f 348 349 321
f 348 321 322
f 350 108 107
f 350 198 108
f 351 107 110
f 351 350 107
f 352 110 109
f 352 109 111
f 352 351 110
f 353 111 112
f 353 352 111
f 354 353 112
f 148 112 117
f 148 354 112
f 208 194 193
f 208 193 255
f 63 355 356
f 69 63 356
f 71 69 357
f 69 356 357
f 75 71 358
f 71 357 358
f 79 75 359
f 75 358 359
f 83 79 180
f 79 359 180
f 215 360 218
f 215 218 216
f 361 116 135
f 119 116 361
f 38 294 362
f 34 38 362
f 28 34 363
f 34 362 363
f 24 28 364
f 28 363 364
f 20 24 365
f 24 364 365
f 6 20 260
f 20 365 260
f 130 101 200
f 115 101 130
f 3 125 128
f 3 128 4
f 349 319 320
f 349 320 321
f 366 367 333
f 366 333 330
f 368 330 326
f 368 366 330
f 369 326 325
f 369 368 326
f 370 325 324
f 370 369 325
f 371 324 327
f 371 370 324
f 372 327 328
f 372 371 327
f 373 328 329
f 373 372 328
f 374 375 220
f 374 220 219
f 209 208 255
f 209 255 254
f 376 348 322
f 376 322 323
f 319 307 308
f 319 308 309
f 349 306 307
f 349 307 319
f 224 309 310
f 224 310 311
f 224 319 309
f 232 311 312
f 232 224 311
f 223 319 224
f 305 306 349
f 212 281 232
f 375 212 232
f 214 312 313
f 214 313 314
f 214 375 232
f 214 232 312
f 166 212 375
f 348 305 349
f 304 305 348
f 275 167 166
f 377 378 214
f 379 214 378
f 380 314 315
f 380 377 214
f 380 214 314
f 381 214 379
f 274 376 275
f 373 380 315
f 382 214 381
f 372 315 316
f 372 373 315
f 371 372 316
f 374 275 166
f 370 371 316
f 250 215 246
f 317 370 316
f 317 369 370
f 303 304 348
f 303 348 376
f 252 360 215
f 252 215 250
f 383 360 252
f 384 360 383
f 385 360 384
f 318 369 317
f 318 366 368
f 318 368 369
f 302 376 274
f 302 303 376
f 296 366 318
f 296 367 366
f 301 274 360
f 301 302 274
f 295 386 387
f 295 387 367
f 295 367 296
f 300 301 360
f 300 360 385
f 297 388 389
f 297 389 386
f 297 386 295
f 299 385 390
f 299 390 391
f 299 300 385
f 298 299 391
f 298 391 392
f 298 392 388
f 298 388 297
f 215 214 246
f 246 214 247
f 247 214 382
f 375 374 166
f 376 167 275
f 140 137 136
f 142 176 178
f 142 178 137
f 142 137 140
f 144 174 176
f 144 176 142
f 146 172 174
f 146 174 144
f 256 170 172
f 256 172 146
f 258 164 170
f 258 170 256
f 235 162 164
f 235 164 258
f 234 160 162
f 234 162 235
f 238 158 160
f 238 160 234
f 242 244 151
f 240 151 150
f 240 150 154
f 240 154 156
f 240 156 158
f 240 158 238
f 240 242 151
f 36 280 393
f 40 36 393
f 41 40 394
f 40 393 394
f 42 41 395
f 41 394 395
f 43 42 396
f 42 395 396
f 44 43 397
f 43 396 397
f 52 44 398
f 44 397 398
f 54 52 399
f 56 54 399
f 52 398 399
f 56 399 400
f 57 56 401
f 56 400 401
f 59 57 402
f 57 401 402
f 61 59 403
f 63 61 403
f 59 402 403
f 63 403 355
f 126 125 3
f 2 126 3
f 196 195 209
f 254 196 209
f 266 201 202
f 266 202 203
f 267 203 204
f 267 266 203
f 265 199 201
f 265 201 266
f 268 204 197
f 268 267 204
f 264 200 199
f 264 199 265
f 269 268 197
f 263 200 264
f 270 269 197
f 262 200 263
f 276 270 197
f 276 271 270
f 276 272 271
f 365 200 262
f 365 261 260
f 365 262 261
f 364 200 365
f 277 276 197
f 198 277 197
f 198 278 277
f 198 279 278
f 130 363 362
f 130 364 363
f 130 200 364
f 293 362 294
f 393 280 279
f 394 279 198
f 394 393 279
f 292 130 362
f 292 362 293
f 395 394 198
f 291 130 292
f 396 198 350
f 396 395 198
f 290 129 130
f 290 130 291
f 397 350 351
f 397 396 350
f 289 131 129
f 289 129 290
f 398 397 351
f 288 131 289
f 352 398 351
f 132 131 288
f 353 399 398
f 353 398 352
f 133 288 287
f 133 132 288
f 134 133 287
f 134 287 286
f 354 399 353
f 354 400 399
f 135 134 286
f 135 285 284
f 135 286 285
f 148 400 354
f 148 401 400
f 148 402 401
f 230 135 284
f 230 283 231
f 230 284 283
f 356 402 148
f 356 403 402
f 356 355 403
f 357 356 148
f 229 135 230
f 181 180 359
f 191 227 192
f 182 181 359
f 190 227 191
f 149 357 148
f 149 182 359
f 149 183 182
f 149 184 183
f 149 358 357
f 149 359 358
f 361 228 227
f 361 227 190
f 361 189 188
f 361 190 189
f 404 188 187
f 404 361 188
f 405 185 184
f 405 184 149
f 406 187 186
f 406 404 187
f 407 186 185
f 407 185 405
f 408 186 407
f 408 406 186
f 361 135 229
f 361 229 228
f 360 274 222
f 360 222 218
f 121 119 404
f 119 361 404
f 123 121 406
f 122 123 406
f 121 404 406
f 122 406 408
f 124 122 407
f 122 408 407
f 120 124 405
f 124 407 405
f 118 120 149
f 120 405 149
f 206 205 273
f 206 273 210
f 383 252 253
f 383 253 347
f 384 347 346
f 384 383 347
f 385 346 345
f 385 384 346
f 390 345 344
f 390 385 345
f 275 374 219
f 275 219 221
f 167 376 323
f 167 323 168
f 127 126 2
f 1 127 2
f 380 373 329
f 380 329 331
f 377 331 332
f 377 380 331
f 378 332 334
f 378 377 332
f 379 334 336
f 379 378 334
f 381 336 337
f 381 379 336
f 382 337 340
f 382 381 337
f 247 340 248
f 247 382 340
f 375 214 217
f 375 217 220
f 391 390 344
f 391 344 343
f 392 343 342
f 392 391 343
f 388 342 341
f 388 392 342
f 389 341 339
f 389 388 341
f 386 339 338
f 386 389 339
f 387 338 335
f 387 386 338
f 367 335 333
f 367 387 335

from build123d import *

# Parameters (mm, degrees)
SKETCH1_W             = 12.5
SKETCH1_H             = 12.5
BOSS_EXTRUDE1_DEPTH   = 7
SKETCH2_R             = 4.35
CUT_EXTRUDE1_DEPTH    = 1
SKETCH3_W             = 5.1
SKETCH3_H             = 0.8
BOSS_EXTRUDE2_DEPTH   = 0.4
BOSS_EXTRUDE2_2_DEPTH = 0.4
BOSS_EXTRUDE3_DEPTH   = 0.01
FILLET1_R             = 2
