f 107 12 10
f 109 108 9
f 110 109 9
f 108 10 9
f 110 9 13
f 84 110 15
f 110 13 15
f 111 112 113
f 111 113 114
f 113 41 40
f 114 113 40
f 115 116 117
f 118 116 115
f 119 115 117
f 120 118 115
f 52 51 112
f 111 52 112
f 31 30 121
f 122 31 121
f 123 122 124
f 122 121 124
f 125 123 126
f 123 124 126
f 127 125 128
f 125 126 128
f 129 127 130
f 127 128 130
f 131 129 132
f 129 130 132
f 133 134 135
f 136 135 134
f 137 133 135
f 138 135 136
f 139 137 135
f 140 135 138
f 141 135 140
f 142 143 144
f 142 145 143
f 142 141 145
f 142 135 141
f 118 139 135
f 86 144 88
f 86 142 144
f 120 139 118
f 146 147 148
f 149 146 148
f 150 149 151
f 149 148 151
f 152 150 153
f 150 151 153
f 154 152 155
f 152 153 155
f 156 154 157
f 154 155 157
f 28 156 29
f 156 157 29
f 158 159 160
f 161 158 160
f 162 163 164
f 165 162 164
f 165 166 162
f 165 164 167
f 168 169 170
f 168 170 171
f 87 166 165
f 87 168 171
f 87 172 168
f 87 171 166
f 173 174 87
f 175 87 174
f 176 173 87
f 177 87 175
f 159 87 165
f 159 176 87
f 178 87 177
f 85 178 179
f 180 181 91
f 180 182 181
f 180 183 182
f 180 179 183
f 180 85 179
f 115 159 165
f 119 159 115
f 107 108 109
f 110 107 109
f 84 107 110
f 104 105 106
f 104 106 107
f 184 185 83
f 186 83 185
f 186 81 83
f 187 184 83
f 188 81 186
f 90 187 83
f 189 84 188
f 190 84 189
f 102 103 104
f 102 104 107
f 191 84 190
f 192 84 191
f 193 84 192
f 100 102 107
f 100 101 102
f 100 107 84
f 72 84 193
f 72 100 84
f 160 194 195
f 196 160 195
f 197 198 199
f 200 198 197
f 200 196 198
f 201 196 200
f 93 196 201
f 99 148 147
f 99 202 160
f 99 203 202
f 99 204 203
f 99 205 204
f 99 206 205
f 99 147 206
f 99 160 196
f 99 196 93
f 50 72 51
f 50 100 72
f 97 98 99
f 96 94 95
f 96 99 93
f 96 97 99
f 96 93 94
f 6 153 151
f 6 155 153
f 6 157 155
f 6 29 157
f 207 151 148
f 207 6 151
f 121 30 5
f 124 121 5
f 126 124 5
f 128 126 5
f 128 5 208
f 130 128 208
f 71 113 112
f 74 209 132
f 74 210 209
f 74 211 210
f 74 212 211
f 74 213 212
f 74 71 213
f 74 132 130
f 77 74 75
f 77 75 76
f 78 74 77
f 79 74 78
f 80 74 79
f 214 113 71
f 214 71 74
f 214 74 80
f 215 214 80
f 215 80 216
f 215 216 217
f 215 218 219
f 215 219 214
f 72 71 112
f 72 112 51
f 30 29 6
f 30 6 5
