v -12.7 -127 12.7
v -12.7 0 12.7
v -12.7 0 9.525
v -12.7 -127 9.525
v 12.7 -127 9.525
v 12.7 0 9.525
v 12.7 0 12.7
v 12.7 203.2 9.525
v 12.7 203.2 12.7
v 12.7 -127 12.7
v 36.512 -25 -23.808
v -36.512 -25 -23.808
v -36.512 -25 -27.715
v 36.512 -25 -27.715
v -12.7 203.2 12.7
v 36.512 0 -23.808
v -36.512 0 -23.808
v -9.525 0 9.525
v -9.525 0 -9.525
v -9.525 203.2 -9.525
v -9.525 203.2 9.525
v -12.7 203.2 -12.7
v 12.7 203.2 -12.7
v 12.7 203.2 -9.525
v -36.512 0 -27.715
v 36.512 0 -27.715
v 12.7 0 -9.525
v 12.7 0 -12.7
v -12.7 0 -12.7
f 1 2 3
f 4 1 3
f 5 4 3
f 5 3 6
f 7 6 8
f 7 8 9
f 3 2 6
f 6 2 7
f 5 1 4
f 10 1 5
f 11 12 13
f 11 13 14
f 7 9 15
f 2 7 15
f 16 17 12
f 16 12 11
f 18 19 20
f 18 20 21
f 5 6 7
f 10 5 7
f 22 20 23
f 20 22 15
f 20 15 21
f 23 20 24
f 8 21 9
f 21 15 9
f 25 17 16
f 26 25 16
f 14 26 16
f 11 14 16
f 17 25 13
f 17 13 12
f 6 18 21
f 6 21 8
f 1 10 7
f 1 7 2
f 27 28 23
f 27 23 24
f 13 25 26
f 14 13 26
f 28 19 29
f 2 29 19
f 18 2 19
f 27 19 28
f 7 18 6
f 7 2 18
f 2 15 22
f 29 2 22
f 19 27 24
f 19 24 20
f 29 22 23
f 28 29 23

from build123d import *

# Parameters (mm, degrees)
F0_W     = 3.175
F0_H     = 19.05
F1_DEPTH = 203.2
F2_DEPTH = 127
F3_W     = 73.025
F3_H     = 3.906977
F4_DEPTH = 25


with BuildPart() as f1:
    # F0 (on Front) → F1 (new body)
    with BuildSketch(Plane.XZ):
        Polygon((12.7, 12.7), (-12.7, 12.7), (-12.7, 9.525), (-9.525, 9.525), (12.7, 9.525), align=None)
        with Locations((-11.1125, 0)):
            Rectangle(F0_W, F0_H)
        Polygon((-9.525, -9.525), (-12.7, -9.525), (-12.7, -12.7), (12.7, -12.7), (12.7, -9.525), align=None)
    extrude(amount=-F1_DEPTH)


with BuildPart() as f2:
    # F0 (on Front) → F2 (new body)
    with BuildSketch(Plane.XZ):
        Polygon((12.7, 12.7), (-12.7, 12.7), (-12.7, 9.525), (-9.525, 9.525), (12.7, 9.525), align=None)
    extrude(amount=F2_DEPTH)


with BuildPart() as f4:
    # F3 (on Front) → F4 (new body)
    with BuildSketch(Plane.XZ):
        with Locations((0, -25.761629)):
            Rectangle(F3_W, F3_H)
    extrude(amount=F4_DEPTH)


solid = Compound([f1.part, f2.part, f4.part])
━━━━━━━━━━━━━━━━
** WORK INSTRUCTION **
Would you retype exactly the lines above, from the line with "f 123 121 406" to the line with "f 375 214 217", with both end lines kept and nothing more?

** WORKED SOLUTION **
f 123 121 406
f 122 123 406
f 121 404 406
f 122 406 408
f 124 122 407
f 122 408 407
f 120 124 405
f 124 407 405
f 118 120 149
f 120 405 149
f 206 205 273
f 206 273 210
f 383 252 253
f 383 253 347
f 384 347 346
f 384 383 347
f 385 346 345
f 385 384 346
f 390 345 344
f 390 385 345
f 275 374 219
f 275 219 221
f 167 376 323
f 167 323 168
f 127 126 2
f 1 127 2
f 380 373 329
f 380 329 331
f 377 331 332
f 377 380 331
f 378 332 334
f 378 377 332
f 379 334 336
f 379 378 334
f 381 336 337
f 381 379 336
f 382 337 340
f 382 381 337
f 247 340 248
f 247 382 340
f 375 214 217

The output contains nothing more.